(What this task involves): Please write out exactly the lines of the data below from the line holding "#142=LINE('',#140,#93);" through the line holding "#157=EDGE_CURVE('',#150,#155,#156,.T.);", and leave out the rest.

------------------------------

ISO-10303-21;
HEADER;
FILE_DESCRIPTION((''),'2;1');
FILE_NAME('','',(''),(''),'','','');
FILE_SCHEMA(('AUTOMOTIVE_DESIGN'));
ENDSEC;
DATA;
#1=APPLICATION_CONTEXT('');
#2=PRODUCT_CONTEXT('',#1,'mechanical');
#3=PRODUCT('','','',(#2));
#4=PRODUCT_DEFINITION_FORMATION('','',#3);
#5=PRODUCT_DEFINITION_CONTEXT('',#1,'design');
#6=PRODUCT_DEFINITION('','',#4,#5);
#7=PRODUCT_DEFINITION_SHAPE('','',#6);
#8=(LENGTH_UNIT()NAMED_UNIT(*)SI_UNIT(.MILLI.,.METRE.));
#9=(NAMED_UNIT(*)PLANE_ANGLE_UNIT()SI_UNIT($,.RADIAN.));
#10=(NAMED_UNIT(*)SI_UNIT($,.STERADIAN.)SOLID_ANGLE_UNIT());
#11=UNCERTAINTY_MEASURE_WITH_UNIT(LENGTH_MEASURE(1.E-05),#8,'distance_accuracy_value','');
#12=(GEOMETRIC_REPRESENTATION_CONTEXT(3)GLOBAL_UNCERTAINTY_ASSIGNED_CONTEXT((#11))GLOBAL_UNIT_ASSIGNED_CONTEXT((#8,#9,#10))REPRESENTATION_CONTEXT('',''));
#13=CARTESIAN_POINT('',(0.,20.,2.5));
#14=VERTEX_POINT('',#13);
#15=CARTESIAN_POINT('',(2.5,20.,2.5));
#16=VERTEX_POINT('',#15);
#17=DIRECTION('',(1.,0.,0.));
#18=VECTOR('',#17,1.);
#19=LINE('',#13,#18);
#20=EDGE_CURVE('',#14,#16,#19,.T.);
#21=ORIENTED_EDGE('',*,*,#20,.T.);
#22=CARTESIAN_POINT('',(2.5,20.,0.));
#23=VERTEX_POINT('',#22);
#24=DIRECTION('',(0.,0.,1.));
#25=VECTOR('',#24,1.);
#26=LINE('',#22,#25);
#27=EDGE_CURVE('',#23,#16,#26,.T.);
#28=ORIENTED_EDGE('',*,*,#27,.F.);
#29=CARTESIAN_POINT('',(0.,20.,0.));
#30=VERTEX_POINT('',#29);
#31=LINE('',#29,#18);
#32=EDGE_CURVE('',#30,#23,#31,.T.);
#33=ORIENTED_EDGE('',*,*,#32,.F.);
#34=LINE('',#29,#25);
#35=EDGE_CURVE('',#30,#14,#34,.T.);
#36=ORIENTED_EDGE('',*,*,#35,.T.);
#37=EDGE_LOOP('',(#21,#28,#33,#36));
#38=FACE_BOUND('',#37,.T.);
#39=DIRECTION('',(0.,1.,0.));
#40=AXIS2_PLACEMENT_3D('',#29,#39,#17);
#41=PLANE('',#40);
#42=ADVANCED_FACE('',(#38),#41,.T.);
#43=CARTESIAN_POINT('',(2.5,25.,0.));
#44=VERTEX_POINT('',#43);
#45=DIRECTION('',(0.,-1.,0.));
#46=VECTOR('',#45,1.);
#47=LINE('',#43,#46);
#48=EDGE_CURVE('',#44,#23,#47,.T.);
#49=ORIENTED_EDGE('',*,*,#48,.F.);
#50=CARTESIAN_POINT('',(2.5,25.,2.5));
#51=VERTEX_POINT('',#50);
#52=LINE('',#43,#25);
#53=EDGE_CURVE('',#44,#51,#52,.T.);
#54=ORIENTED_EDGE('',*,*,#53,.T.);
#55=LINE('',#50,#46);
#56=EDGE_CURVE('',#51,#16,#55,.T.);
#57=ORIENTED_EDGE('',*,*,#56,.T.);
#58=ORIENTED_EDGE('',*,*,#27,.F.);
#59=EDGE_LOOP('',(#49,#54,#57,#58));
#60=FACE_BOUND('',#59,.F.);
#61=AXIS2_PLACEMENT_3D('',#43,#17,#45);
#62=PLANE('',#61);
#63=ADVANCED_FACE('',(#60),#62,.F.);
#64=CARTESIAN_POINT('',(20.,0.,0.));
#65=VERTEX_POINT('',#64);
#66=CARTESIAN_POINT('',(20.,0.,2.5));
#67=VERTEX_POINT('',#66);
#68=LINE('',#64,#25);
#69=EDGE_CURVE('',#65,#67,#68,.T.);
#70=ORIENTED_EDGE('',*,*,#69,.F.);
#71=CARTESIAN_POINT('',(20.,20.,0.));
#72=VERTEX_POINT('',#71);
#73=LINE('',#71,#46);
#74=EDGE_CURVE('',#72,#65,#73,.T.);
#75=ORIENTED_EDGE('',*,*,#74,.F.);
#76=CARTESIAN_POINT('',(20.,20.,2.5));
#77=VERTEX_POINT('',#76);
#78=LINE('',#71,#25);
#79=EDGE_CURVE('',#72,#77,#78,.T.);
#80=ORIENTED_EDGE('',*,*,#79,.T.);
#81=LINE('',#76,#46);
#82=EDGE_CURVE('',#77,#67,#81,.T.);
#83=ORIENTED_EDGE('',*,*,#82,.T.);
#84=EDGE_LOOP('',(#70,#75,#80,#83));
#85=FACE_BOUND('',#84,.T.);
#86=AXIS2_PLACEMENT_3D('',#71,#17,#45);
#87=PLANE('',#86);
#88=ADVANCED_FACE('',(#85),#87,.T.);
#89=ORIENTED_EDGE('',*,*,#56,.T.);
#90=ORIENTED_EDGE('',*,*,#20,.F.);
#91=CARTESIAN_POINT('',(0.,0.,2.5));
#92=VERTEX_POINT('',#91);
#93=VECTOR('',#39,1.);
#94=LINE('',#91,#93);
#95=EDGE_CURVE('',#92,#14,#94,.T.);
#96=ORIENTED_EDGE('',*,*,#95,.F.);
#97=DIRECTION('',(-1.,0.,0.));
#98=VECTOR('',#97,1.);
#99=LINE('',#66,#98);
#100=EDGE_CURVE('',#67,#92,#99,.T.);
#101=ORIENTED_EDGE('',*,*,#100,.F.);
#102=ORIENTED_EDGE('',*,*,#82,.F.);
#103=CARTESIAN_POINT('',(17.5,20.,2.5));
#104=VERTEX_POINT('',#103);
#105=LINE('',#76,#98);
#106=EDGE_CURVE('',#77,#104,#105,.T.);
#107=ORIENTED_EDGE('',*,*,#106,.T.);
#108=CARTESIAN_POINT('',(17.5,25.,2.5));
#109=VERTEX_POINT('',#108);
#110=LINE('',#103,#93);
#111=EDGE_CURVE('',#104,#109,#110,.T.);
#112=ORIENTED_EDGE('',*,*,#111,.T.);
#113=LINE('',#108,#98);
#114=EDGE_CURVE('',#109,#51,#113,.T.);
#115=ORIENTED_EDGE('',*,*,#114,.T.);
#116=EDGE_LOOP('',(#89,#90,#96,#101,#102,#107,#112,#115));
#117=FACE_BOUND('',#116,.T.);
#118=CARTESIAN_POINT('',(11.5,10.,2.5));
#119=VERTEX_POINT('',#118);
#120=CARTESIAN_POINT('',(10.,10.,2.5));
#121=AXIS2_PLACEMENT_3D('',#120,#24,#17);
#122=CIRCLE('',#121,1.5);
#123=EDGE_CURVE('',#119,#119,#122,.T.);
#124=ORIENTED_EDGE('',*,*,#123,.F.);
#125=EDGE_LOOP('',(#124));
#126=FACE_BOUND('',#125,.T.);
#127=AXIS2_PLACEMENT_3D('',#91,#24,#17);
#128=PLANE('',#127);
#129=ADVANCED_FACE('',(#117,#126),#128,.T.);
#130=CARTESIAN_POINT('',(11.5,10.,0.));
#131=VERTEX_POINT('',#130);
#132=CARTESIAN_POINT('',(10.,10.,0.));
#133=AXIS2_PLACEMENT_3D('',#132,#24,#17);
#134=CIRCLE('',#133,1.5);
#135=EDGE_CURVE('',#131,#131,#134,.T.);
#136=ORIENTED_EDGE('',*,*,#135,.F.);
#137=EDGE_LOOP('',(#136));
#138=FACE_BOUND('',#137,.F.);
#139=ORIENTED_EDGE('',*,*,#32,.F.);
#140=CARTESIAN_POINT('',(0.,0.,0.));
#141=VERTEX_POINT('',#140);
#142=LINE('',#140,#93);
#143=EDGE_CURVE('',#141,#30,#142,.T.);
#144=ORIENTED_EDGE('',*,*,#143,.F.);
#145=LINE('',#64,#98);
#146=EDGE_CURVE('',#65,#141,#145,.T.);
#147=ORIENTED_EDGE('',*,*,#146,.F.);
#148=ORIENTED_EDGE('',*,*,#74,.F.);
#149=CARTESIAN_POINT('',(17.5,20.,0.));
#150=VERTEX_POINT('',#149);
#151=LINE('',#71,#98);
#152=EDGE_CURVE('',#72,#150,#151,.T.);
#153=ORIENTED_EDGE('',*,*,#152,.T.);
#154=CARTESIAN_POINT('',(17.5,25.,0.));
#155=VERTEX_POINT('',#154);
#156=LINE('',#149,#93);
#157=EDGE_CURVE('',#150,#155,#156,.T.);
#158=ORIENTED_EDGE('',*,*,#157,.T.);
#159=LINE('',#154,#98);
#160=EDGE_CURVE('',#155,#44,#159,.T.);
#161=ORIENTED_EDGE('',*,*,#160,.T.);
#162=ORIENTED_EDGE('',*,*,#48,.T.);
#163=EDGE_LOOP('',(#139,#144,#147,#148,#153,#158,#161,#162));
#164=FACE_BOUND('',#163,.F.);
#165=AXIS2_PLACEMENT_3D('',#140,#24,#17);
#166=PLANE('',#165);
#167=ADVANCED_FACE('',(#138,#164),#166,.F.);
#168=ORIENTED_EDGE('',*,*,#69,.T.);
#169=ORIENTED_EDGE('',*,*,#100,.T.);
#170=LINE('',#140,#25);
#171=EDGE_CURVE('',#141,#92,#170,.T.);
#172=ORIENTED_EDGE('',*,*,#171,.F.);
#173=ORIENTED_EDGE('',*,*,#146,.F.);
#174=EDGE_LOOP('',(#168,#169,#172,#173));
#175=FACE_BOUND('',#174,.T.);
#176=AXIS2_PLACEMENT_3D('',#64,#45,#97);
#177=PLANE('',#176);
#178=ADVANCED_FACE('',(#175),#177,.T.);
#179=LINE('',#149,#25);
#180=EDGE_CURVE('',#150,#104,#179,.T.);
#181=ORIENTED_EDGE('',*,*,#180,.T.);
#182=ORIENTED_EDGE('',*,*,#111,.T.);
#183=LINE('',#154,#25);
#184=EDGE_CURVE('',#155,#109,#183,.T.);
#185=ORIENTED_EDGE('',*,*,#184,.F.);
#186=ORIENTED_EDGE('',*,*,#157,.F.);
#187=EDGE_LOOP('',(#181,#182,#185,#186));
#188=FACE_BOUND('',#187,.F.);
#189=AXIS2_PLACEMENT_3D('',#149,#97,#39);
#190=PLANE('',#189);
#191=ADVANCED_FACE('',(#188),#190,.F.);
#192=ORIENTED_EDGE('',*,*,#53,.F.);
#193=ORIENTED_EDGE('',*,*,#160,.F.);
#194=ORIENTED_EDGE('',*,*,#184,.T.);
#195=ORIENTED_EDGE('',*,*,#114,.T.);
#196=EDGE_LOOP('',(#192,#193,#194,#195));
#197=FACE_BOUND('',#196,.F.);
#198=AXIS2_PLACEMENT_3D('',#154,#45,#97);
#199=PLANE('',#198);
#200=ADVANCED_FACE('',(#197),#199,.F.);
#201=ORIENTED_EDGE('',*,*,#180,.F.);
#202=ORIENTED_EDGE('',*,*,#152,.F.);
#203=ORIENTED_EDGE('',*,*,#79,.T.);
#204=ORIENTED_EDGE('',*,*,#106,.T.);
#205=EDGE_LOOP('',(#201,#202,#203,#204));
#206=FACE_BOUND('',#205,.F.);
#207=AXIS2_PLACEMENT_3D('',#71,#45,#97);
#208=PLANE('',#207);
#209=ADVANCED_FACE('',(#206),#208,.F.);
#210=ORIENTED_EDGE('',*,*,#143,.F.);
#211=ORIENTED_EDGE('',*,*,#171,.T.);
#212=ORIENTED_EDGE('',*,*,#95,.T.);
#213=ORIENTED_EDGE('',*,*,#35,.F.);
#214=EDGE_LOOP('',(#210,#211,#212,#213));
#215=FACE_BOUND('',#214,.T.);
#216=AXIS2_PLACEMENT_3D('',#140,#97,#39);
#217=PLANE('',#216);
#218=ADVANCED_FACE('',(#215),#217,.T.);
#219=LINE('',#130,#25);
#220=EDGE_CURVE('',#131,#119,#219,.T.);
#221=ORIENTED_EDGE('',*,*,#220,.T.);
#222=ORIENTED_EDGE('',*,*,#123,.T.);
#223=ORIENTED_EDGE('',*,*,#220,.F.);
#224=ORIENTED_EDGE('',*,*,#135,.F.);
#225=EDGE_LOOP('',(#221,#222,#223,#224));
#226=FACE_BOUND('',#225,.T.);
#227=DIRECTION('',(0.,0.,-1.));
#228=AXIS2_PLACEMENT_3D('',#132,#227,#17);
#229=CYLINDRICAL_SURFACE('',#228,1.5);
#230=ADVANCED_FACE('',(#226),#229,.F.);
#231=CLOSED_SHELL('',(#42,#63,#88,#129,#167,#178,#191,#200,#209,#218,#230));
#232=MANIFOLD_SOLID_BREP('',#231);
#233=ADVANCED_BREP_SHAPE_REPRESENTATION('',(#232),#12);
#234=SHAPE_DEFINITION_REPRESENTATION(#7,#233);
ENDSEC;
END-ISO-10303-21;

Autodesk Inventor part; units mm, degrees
ref_plane "YZ Plane" through (0, 0, 0) normal (1, 0, 0) x (0, 1, 0)
ref_plane "XZ Plane" through (0, 0, 0) normal (0, 1, 0) x (-1, 0, 0)
ref_plane "XY Plane" through (0, 0, 0) normal (0, 0, 1) x (1, 0, 0)
sketch "Sketch1" plane through (0, 0, 0) normal (0, 0, 1) x (1, 0, 0)
  line L0 (0, 0) -> (0, 20)
  line L1 (20, 20) -> (20, 0)
  line L2 (20, 0) -> (0, 0)
  circle A0 centre (10, 10) radius 1.5
  line L3 (0, 20) -> (2.5, 20)
  line L4 (20, 20) -> (17.5, 20)
  line L5 (17.5, 20) -> (17.5, 25)
  line L6 (17.5, 25) -> (2.5, 25)
  line L7 (2.5, 25) -> (2.5, 20)
  dimension "d0" = 20
  dimension "d1" = 20
  dimension "d2" = 3
  dimension "d3" = 2.5
  dimension "d4" = 2.5
  dimension "d5" = 5
extrude "Extrusion1" add sketch "Sketch1" along normal blind 2.5
properties part number "then"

------------------------------

(Answer to this exercise):
#142=LINE('',#140,#93);
#143=EDGE_CURVE('',#141,#30,#142,.T.);
#144=ORIENTED_EDGE('',*,*,#143,.F.);
#145=LINE('',#64,#98);
#146=EDGE_CURVE('',#65,#141,#145,.T.);
#147=ORIENTED_EDGE('',*,*,#146,.F.);
#148=ORIENTED_EDGE('',*,*,#74,.F.);
#149=CARTESIAN_POINT('',(17.5,20.,0.));
#150=VERTEX_POINT('',#149);
#151=LINE('',#71,#98);
#152=EDGE_CURVE('',#72,#150,#151,.T.);
#153=ORIENTED_EDGE('',*,*,#152,.T.);
#154=CARTESIAN_POINT('',(17.5,25.,0.));
#155=VERTEX_POINT('',#154);
#156=LINE('',#149,#93);
#157=EDGE_CURVE('',#150,#155,#156,.T.);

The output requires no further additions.